Pruning The Distribution Tree

So far we still have all the ptrees attached to the distribution tree, also we stell have lots of distributions in the distribution set. If we want to continue with the clustered acoustic models only, and are not interested in the single polyphones any more, we should simple prune them away from the tree, and create a distribution set, that contains only the distributions that we really need:

[DistribSet dss2 cbs]

foreach node [dst:] {

  set model [dst:\$node configure -model]
  set ptree [dst:\$node configure -ptree]

  if { \$ptree > -1 } { dst:\$node configure -ptree -1 }
  if { \$model > -1 } {
    set dsname [dss name \$model]
    dss2 add \$dsname [cbs name [dss:\$dsname configure -cbX]]
  }
}

We call the new distribution set dss2, and, in a loop over all nodes of the distribution tree, we add a distribution for each node that has been assigned a model.
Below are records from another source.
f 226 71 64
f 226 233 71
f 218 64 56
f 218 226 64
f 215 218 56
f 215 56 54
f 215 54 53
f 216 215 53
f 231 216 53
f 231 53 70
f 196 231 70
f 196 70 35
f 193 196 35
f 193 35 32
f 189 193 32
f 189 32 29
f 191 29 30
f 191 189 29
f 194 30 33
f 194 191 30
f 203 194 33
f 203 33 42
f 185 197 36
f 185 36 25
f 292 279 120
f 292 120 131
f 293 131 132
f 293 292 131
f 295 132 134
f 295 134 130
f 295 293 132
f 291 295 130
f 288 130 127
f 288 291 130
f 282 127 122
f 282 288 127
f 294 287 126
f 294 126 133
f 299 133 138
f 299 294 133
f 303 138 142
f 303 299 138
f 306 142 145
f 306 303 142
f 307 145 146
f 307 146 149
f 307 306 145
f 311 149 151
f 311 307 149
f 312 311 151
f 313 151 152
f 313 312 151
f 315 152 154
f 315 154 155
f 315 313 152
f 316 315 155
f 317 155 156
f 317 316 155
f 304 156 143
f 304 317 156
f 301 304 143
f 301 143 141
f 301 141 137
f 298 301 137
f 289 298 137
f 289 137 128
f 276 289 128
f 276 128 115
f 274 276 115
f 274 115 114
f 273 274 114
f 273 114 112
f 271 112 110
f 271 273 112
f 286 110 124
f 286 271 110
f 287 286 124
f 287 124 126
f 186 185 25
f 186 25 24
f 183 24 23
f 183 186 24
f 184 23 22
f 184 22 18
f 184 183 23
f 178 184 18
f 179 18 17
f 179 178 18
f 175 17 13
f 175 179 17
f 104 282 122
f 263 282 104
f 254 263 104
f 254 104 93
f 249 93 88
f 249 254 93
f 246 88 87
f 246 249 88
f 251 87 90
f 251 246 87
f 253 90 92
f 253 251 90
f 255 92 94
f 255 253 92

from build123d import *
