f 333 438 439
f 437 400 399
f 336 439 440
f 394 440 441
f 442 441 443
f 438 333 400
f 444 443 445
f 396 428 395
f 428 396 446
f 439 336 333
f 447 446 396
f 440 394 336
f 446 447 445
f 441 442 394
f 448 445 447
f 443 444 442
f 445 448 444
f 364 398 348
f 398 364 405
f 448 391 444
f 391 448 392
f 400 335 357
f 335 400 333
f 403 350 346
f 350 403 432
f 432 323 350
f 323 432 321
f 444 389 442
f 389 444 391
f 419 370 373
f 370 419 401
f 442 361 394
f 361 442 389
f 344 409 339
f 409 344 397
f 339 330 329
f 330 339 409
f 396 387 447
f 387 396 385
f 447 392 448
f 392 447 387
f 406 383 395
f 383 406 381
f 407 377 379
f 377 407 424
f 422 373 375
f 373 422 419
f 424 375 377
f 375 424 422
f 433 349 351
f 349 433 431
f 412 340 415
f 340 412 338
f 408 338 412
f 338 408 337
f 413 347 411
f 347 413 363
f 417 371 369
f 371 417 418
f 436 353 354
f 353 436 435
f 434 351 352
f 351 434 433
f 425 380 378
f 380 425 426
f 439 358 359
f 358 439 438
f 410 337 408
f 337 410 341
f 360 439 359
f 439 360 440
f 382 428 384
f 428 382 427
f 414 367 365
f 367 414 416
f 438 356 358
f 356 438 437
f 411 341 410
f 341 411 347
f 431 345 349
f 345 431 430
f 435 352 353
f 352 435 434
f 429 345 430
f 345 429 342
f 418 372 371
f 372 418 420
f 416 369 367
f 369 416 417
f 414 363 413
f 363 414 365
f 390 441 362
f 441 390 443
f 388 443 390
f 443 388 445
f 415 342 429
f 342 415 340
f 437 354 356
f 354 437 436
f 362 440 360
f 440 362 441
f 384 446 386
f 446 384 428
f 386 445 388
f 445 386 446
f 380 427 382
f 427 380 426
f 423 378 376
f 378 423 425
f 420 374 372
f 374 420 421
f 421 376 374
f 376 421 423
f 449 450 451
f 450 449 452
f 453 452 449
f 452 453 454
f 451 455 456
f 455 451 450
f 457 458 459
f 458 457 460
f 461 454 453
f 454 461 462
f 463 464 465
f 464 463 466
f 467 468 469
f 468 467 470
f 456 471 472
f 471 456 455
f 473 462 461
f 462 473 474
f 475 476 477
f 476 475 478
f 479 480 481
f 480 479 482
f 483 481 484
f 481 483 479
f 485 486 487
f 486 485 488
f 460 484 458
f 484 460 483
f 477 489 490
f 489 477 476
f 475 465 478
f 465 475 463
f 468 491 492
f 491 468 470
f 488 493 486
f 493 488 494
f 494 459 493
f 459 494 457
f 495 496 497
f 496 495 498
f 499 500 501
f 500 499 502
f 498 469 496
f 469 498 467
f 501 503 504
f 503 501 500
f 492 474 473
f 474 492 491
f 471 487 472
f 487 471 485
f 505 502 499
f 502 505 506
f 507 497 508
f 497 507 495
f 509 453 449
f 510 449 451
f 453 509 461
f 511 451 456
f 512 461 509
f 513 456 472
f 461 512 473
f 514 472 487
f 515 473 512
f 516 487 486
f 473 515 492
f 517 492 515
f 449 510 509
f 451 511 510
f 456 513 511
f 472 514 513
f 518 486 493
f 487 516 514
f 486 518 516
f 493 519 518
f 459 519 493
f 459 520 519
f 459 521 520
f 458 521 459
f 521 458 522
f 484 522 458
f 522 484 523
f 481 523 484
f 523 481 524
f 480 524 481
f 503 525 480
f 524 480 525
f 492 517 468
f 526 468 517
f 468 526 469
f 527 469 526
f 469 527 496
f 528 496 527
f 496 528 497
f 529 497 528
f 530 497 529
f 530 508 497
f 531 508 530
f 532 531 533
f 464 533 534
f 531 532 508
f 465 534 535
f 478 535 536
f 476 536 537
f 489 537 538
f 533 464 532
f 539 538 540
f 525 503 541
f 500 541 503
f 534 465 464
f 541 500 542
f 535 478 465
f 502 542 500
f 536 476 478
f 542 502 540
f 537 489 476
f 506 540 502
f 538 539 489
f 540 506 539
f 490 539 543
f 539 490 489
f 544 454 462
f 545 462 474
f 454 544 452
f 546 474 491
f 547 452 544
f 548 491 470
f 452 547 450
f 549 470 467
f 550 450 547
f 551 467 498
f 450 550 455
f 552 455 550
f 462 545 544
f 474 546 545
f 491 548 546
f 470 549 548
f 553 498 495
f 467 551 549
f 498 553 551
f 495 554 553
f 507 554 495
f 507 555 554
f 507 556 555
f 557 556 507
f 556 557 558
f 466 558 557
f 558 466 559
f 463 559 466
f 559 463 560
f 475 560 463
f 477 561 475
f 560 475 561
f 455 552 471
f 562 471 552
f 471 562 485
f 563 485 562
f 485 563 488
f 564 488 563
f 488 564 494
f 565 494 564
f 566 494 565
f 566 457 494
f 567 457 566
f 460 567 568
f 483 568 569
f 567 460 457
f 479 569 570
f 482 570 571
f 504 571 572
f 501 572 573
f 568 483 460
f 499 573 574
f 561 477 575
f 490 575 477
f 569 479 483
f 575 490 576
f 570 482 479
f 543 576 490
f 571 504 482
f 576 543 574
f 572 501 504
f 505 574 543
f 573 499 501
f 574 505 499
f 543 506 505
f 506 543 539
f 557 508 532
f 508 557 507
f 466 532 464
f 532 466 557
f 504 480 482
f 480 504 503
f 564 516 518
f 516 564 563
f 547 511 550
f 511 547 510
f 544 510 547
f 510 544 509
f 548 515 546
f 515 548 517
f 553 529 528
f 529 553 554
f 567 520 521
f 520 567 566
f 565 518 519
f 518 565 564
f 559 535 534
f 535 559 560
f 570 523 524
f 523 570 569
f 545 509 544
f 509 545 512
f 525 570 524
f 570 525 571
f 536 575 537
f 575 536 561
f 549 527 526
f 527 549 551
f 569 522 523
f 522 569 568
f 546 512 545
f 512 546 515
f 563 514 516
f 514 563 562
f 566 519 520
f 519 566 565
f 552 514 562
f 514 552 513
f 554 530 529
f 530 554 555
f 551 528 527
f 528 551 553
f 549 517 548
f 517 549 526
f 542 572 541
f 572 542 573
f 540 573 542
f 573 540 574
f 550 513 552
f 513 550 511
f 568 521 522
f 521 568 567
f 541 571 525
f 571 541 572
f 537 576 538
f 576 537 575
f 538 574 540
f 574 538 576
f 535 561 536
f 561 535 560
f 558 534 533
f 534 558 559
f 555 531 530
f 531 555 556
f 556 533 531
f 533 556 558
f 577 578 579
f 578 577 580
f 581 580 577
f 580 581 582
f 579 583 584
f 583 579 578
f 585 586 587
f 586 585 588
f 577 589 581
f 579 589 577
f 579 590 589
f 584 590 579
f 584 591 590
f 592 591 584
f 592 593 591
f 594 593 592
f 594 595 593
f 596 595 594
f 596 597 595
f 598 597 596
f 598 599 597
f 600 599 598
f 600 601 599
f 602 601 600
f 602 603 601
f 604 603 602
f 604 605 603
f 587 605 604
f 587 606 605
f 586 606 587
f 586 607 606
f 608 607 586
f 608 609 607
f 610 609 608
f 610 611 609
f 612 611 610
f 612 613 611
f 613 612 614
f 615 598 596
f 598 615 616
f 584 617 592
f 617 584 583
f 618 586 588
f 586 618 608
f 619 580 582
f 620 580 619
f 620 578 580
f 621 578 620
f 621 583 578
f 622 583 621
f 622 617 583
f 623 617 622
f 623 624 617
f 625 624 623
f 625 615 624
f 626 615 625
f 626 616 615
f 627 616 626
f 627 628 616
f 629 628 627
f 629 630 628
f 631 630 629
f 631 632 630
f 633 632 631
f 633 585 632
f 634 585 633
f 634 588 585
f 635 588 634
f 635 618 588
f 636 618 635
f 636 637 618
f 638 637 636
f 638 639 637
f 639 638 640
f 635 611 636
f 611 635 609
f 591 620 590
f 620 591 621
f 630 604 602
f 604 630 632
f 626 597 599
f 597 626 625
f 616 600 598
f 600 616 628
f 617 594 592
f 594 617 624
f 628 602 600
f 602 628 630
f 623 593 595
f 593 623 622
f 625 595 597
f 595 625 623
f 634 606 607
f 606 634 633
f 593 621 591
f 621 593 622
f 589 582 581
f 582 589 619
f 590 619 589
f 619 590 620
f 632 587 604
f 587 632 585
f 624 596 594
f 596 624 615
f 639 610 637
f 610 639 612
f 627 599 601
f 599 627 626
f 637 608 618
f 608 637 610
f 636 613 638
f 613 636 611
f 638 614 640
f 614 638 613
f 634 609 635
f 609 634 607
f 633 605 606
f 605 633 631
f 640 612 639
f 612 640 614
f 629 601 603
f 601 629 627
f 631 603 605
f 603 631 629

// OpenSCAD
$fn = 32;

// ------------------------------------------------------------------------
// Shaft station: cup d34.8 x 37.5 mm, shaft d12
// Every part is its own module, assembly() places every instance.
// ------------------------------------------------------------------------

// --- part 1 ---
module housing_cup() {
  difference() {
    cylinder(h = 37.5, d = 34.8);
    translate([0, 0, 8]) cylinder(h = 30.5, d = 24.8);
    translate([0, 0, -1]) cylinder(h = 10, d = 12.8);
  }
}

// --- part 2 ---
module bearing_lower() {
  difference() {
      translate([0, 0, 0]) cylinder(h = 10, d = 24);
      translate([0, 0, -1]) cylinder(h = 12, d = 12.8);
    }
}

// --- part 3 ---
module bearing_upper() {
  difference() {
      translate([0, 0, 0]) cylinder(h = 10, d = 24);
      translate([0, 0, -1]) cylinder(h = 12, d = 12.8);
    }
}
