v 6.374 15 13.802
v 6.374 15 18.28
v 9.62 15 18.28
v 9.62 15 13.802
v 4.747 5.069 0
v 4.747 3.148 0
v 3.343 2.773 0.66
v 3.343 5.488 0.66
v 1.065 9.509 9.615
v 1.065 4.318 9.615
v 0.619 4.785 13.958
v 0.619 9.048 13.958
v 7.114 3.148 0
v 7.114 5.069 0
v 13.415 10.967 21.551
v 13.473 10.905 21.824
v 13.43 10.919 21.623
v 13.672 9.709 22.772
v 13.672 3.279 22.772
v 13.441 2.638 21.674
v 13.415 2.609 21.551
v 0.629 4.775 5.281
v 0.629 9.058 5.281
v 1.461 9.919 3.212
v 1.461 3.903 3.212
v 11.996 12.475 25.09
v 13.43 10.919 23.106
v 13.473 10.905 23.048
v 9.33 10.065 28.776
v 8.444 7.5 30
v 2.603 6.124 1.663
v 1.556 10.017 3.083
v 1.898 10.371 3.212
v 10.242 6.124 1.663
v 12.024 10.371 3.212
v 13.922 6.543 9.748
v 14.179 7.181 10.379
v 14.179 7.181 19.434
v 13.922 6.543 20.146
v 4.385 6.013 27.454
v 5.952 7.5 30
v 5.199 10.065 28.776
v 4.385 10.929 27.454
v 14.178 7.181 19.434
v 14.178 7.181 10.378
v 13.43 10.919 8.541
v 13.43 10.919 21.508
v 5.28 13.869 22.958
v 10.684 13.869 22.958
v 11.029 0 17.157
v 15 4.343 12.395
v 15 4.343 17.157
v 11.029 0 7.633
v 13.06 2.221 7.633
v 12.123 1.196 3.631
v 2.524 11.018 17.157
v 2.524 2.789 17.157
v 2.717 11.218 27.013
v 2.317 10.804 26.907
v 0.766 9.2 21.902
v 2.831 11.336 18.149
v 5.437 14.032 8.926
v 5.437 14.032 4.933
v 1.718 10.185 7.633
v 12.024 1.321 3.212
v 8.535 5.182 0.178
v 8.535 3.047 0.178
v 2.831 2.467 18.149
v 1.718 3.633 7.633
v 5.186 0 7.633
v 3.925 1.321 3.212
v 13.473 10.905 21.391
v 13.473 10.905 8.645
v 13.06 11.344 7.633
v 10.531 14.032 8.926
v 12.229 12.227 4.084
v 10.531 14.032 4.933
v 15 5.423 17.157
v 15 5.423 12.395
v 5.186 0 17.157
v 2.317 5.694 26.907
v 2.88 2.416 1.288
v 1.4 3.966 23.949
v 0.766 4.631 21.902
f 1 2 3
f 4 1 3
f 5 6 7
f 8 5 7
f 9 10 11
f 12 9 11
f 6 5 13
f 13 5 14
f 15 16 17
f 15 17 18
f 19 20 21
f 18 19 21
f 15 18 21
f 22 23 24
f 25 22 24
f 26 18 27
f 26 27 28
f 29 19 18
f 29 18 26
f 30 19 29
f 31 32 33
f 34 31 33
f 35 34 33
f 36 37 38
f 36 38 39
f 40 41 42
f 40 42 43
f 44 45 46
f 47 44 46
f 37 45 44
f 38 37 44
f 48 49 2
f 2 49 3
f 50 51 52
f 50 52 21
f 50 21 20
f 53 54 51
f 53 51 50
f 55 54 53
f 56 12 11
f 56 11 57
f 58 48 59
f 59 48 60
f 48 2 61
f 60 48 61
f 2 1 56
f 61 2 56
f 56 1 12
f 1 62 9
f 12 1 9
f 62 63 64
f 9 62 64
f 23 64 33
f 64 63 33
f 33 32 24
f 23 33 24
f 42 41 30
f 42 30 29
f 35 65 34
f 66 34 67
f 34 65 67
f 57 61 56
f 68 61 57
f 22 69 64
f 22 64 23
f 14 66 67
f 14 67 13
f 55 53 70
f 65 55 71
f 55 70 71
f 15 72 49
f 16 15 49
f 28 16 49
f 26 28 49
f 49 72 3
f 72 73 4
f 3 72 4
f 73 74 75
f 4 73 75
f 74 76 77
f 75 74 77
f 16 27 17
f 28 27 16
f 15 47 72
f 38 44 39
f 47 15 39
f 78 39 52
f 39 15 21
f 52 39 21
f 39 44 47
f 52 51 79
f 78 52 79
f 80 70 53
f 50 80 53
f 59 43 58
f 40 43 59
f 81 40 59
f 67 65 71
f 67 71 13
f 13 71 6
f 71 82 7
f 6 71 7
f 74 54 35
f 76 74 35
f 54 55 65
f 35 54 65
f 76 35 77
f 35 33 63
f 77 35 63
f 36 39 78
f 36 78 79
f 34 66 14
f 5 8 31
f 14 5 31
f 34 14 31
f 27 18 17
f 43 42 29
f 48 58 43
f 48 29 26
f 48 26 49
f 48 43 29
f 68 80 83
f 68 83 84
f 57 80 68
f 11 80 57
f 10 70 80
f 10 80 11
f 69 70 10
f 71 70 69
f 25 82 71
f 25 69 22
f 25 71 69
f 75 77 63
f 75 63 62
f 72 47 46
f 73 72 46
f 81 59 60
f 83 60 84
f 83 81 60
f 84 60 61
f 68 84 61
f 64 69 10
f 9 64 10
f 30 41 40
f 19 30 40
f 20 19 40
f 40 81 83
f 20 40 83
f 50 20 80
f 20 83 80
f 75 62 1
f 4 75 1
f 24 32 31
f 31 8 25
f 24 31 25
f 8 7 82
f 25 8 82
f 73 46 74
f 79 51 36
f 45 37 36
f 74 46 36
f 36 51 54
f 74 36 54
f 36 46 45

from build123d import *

# Parameters (mm, degrees)
ESQUISSE1_W              = 15
ESQUISSE1_H              = 15
BOSS_EXTRU_1_DEPTH       = 30
ENL_V_MAT_EXTRU_1_DEPTH  = 30
ENL_V_MAT_EXTRU_2_DEPTH  = 30
ENL_V_MAT_EXTRU_3_DEPTH  = 30
ENL_V_MAT_EXTRU_5_DEPTH  = 30
ENL_V_MAT_EXTRU_7_DEPTH  = 30
ENL_V_MAT_EXTRU_8_DEPTH  = 30
ENL_V_MAT_EXTRU_13_DEPTH = 30
ENL_V_MAT_EXTRU_15_DEPTH = 30
ENL_V_MAT_EXTRU_16_DEPTH = 30
ENL_V_MAT_EXTRU_17_DEPTH = 30
ENL_V_MAT_EXTRU_18_DEPTH = 30
ENL_V_MAT_EXTRU_19_DEPTH = 30
ENL_V_MAT_EXTRU_20_DEPTH = 30
ENL_V_MAT_EXTRU_21_DEPTH = 30
ENL_V_MAT_EXTRU_22_DEPTH = 30
ENL_V_MAT_EXTRU_23_DEPTH = 30
ENL_V_MAT_EXTRU_25_DEPTH = 30
ENL_V_MAT_EXTRU_26_DEPTH = 30


with BuildPart() as part:
    # Esquisse1 → Boss.-Extru.1 (new body)
    with BuildSketch(Plane.XY):
        with Locations((7.5, 7.5)):
            Rectangle(ESQUISSE1_W, ESQUISSE1_H)
    extrude(amount=BOSS_EXTRU_1_DEPTH)

    # Esquisse2 → Enlèv. mat.-Extru.1 (cut)
    with BuildSketch(Plane.ZY):
        Polygon((30, 7.5), (17.157208733, 0), (30, 0), align=None)
    extrude(amount=-ENL_V_MAT_EXTRU_1_DEPTH, mode=Mode.SUBTRACT)

    # Esquisse3 → Enlèv. mat.-Extru.2 (cut)
    with BuildSketch(Plane.ZY):
        Polygon((30, 7.5), (28.775513666, 10.065015711), (21.227680677, 15), (30, 15), align=None)
    extrude(amount=-ENL_V_MAT_EXTRU_2_DEPTH, mode=Mode.SUBTRACT)

    # Esquisse4 → Enlèv. mat.-Extru.3 (cut)
    with BuildSketch(Plane.ZY):
        Polygon((8.926273351, 14.031560197), (13.802198678, 15), (0, 15), (0, 5.06907595), (1.662878512, 6.124252415), (3.211780908, 10.370740256), (4.932627015, 14.031560197), align=None)
        Polygon((3.211780908, 1.321204417), (0, 3.148377639), (0, 0), (7.632757812, 0), align=None)
    extrude(amount=-ENL_V_MAT_EXTRU_3_DEPTH, mode=Mode.SUBTRACT)

    # Esquisse5 → Enlèv. mat.-Extru.5 (cut, along a direction that is not the sketch's normal)
    with BuildSketch(Plane(origin=(0, -7.471488968, 4.363238964), x_dir=(-1, 0, 0), z_dir=(0, -0.863533803, 0.504290959))):
        Polygon((-5.951727483, -29.68819628), (-4.385417014, -26.739512451), (-2.316517921, -26.106069571), (-0.765937965, -20.310025776), (-2.831147462, -15.964380335), (-2.523882774, -14.815829705), (0, -14.815829705), (0, -29.68819628), align=None)
    extrude(amount=-ENL_V_MAT_EXTRU_5_DEPTH, dir=(0, -1, 0), mode=Mode.SUBTRACT)

    # Esquisse6 → Enlèv. mat.-Extru.7 (cut)
    with BuildSketch(Plane(origin=(0, 0, 0), x_dir=(-1, 0, 0), z_dir=(0, -1, 0))):
        Polygon((-0.619141534, -13.957767105), (-2.523882774, -17.157208733), (0, -17.157208733), (0, -7.632757812), (-1.718091984, -7.632757812), (-1.06476411, -9.614809502), align=None)
    extrude(amount=-ENL_V_MAT_EXTRU_7_DEPTH, mode=Mode.SUBTRACT)

    # Esquisse8 → Enlèv. mat.-Extru.8 (cut, along a direction that is not the sketch's normal)
    with BuildSketch(Plane(origin=(0, 2.094023155, 0.625796674), x_dir=(1, 0, 0), z_dir=(0, -0.958129282, -0.286335954))):
        Polygon((1.718091984, 7.313168763), (0.628646684, 4.858294572), (1.46050531, 2.698993008), (0, 2.698993008), (0, 7.313168763), align=None)
    extrude(amount=-ENL_V_MAT_EXTRU_8_DEPTH, dir=(0, -1, 0), mode=Mode.SUBTRACT)

    # Esquisse9 → Enlèv. mat.-Extru.13 (cut, along a direction that is not the sketch's normal)
    with BuildSketch(Plane(origin=(0, 2.378568206, 1.353160834), x_dir=(1, 0, 0), z_dir=(0, -0.869189347, -0.494479401))):
        Polygon((9.741570256, -1.177126716), (7.1144792, -1.556807891), (15, -1.556807891), (15, 2.138337382), (14.506645575, 0.943189576), (12.940964542, -0.714733234), align=None)
        Polygon((3.343379322, -0.797445542), (1.46050531, 2.138337382), (0, 2.138337382), (0, -1.556807891), (4.746944503, -1.556807891), align=None)
    extrude(amount=-ENL_V_MAT_EXTRU_13_DEPTH, dir=(0, -1, 0), mode=Mode.SUBTRACT)

    # Esquisse12 → Enlèv. mat.-Extru.15 (cut, along a direction that is not the sketch's normal)
    with BuildSketch(Plane(origin=(0, -7.471488968, 4.363238964), x_dir=(-1, 0, 0), z_dir=(0, -0.863533803, 0.504290959))):
        Polygon((-9.673460517, -29.68819628), (-12.650110774, -26.711546023), (-14.179932039, -24.105910496), (-13.415021407, -19.903610966), (-15, -14.815829705), (-15, -29.68819628), align=None)
    extrude(amount=-ENL_V_MAT_EXTRU_15_DEPTH, dir=(0, -1, 0), mode=Mode.SUBTRACT)

    # Esquisse13 → Enlèv. mat.-Extru.16 (cut)
    with BuildSketch(Plane(origin=(0, 0, 0), x_dir=(-1, 0, 0), z_dir=(0, -1, 0))):
        Polygon((-15, -12.394983272), (-13.060300751, -7.632757812), (-15, -7.632757812), align=None)
    extrude(amount=-ENL_V_MAT_EXTRU_16_DEPTH, mode=Mode.SUBTRACT)

    # Esquisse14 → Enlèv. mat.-Extru.17 (cut, along a direction that is not the sketch's normal)
    with BuildSketch(Plane(origin=(0, 2.094023155, 0.625796674), x_dir=(1, 0, 0), z_dir=(0, -0.958129282, -0.286335954))):
        Polygon((13.060300751, 7.313168763), (12.024477505, 2.698993008), (15, 2.698993008), (15, 7.313168763), align=None)
    extrude(amount=-ENL_V_MAT_EXTRU_17_DEPTH, dir=(0, -1, 0), mode=Mode.SUBTRACT)

    # Esquisse15 → Enlèv. mat.-Extru.18 (cut, along a direction that is not the sketch's normal)
    with BuildSketch(Plane(origin=(0, 2.378568206, 1.353160834), x_dir=(-1, 0, 0), z_dir=(0, -0.869189347, -0.494479401))):
        Polygon((-12.024477505, -2.138337382), (-8.534571531, 1.351568592), (-12.940964542, 0.714733234), (-14.506645575, -0.943189576), (-15, -2.138337382), align=None)
    extrude(amount=-ENL_V_MAT_EXTRU_18_DEPTH, dir=(0, -1, 0), mode=Mode.SUBTRACT)

    # Esquisse16 → Enlèv. mat.-Extru.19 (cut)
    with BuildSketch(Plane(origin=(0, 0, 0), x_dir=(-1, 0, 0), z_dir=(0, 0, -1))):
        Polygon((-15.396052436, 8.861198197), (-9.123900072, 15.526897376), (-16.183146066, 15.526897376), align=None)
    extrude(amount=-ENL_V_MAT_EXTRU_19_DEPTH, mode=Mode.SUBTRACT)

    # Esquisse17 → Enlèv. mat.-Extru.20 (cut)
    with BuildSketch(Plane(origin=(0, 0, 0), x_dir=(-1, 0, 0), z_dir=(0, 0, -1))):
        Polygon((-6.554218331, 15.18646123), (0.669203066, 7.716085255), (0.669203066, 16.0713818), align=None)
    extrude(amount=-ENL_V_MAT_EXTRU_20_DEPTH, mode=Mode.SUBTRACT)

    # Esquisse18 → Enlèv. mat.-Extru.21 (cut)
    with BuildSketch(Plane(origin=(0, 0, 0), x_dir=(-1, 0, 0), z_dir=(0, 0, -1))):
        Polygon((-15, 9.21839227), (-13.921696564, 6.543051012), (-15.506321771, 4.89668716), (-10.237957447, -0.865586318), (-16.387206956, -0.590246788), (-18.552094895, 8.703903566), (-15.878103341, 10.779733946), align=None)
    extrude(amount=-ENL_V_MAT_EXTRU_21_DEPTH, mode=Mode.SUBTRACT)

    # Esquisse19 → Enlèv. mat.-Extru.22 (cut)
    with BuildSketch(Plane(origin=(0, 0, 0), x_dir=(-1, 0, 0), z_dir=(0, 0, -1))):
        Polygon((-5.875093242, -0.721529481), (0.175293911, 5.616971345), (0.854418999, -0.577472644), (-3.508445206, -1.482972763), align=None)
    extrude(amount=-ENL_V_MAT_EXTRU_22_DEPTH, mode=Mode.SUBTRACT)

    # Esquisse20 → Enlèv. mat.-Extru.23 (cut)
    with BuildSketch(Plane.XZ):
        Polygon((14.641535391, 21.431582068), (7.416422476, 31.42072399), (22.821492514, 29.700662918), (19.193376306, 23.52642454), align=None)
    extrude(amount=-ENL_V_MAT_EXTRU_23_DEPTH, mode=Mode.SUBTRACT)

    # Esquisse21 → Enlèv. mat.-Extru.25 (cut)
    with BuildSketch(Plane(origin=(15, 0, 0), x_dir=(0, 0, -1), z_dir=(1, 0, 0))):
        Polygon((-25.251513547, 13.314322934), (-17.635021909, 15.155835068), (-22.650414381, 16.308069891), (-25.79170864, 15.548569091), align=None)
    extrude(amount=-ENL_V_MAT_EXTRU_25_DEPTH, mode=Mode.SUBTRACT)

    # Esquisse22 → Enlèv. mat.-Extru.26 (cut)
    with BuildSketch(Plane(origin=(0, 0, 0), x_dir=(-1, 0, 0), z_dir=(0, 0, -1))):
        Polygon((-14.178463775, 7.180628802), (-13.430249604, 10.918734357), (-15.892886638, 10.134258582), (-16.358917462, 7.805951421), align=None)
    extrude(amount=-ENL_V_MAT_EXTRU_26_DEPTH, mode=Mode.SUBTRACT)


solid = part.part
In the same loop we detach all attached ptrees that we find.

Eventually we write the description of the now clustered and pruned distribution set and distribution tree:

dst  write distribTreeClusteredPruned
dss2 write distribSetClusteredPruned

Some Sanity Checks

Let's have a look at what we've just created. Look at the number of distributions that you now have in the pruned distribution set. There should be much less of them than in the unpruned version. Also look at the distribution tree. Extract all the questions that were posed for the beginning segments and see if you can find a tendency towards asking more questions about the left context, also check if you can find a tendency to questions about the right context for the ending segments.